What you need to do:
Copy nothing from the entries below except the lines from the one containing "v9 (-88.9,-6.35,6.35)" through the one containing "e14 v9 v11 LINE", and copy those exactly.

Dataset content:
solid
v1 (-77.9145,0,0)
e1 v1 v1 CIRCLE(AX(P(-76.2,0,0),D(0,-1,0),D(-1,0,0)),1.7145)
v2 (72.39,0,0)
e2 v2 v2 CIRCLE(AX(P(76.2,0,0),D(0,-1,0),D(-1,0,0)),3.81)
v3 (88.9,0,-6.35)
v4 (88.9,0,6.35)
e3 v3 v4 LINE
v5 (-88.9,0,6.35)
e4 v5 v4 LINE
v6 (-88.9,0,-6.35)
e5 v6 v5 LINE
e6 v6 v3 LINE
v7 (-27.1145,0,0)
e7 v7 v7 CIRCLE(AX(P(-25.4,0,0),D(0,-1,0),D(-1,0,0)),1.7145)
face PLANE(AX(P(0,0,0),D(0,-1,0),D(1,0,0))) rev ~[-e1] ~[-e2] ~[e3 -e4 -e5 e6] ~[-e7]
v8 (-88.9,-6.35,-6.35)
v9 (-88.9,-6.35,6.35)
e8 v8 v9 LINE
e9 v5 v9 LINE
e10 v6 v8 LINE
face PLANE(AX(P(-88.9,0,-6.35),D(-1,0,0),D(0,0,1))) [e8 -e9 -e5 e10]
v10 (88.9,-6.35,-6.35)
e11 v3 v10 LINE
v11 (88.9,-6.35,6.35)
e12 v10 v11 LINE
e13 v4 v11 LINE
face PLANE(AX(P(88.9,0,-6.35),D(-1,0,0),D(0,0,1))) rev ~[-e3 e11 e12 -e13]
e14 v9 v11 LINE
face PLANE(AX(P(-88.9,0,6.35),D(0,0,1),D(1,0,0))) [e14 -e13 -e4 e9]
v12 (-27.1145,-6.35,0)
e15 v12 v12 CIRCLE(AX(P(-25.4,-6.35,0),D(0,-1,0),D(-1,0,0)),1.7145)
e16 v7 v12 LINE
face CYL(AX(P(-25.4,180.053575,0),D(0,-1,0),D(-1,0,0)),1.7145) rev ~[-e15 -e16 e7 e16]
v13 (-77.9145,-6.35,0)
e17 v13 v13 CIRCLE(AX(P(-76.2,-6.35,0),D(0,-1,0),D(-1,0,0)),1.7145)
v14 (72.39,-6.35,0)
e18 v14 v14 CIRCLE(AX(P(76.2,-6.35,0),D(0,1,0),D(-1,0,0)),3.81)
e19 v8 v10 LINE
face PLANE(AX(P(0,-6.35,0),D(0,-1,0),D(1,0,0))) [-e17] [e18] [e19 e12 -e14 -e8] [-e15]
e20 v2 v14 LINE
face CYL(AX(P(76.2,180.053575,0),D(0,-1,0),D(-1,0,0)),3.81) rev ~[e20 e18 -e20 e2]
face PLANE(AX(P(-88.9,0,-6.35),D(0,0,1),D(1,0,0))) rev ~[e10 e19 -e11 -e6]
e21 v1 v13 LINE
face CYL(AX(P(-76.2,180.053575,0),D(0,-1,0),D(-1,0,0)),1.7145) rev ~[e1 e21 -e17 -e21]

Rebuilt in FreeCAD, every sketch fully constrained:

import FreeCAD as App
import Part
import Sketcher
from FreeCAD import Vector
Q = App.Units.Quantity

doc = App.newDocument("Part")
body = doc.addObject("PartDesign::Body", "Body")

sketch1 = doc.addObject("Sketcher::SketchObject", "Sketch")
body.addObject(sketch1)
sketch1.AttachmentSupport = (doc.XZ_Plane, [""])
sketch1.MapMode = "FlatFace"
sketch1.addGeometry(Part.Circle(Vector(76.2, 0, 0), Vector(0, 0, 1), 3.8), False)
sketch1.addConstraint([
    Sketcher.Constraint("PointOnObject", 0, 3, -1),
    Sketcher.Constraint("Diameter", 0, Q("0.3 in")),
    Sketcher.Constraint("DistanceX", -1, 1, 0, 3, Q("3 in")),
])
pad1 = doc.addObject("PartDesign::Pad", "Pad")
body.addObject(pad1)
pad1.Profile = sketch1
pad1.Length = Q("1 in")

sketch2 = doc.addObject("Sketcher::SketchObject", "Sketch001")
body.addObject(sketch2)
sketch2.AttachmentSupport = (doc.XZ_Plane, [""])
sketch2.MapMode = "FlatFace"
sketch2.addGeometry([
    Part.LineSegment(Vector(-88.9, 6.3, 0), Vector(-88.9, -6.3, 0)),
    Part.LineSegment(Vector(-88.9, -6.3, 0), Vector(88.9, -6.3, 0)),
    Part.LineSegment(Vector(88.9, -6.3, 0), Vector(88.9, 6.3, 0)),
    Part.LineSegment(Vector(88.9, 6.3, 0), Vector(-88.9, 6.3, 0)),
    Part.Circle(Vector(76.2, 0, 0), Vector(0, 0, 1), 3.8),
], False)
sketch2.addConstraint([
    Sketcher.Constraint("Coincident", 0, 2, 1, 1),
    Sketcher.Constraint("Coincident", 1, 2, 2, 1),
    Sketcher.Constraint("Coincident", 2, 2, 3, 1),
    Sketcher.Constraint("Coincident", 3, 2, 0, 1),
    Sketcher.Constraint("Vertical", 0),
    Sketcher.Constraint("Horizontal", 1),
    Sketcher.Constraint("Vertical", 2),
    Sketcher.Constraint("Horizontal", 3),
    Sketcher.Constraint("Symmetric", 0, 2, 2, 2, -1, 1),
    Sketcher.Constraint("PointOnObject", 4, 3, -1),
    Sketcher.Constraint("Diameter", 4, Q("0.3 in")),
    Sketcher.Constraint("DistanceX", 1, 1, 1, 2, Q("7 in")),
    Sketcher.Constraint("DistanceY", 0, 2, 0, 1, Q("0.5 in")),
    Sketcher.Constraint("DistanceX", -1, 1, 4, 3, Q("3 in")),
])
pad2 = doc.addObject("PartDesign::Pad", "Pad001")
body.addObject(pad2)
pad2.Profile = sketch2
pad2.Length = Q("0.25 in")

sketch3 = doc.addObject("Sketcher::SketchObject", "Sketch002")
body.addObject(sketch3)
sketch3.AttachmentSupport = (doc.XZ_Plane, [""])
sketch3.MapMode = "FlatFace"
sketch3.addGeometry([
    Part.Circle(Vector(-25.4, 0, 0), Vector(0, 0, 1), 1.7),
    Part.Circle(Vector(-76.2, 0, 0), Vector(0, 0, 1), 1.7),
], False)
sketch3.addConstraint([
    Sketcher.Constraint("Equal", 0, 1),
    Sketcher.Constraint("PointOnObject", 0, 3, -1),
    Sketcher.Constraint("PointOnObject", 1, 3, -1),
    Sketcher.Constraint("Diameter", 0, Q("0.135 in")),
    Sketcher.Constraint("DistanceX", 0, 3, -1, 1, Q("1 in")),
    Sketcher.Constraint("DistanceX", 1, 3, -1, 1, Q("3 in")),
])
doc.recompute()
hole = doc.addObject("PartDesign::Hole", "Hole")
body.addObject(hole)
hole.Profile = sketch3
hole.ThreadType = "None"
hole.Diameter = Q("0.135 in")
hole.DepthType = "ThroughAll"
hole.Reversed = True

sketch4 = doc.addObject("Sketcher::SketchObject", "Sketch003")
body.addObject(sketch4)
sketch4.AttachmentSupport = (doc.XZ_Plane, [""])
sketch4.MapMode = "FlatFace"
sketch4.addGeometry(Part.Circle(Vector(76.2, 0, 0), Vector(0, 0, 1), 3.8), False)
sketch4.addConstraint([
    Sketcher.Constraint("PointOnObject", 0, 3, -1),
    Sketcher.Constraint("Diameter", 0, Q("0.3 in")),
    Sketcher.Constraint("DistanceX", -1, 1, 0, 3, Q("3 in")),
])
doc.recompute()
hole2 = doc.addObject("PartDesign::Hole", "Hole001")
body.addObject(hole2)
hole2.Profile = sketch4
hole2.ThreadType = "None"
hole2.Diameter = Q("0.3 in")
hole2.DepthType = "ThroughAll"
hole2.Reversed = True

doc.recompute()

Answer section:
v9 (-88.9,-6.35,6.35)
e8 v8 v9 LINE
e9 v5 v9 LINE
e10 v6 v8 LINE
face PLANE(AX(P(-88.9,0,-6.35),D(-1,0,0),D(0,0,1))) [e8 -e9 -e5 e10]
v10 (88.9,-6.35,-6.35)
e11 v3 v10 LINE
v11 (88.9,-6.35,6.35)
e12 v10 v11 LINE
e13 v4 v11 LINE
face PLANE(AX(P(88.9,0,-6.35),D(-1,0,0),D(0,0,1))) rev ~[-e3 e11 e12 -e13]
e14 v9 v11 LINE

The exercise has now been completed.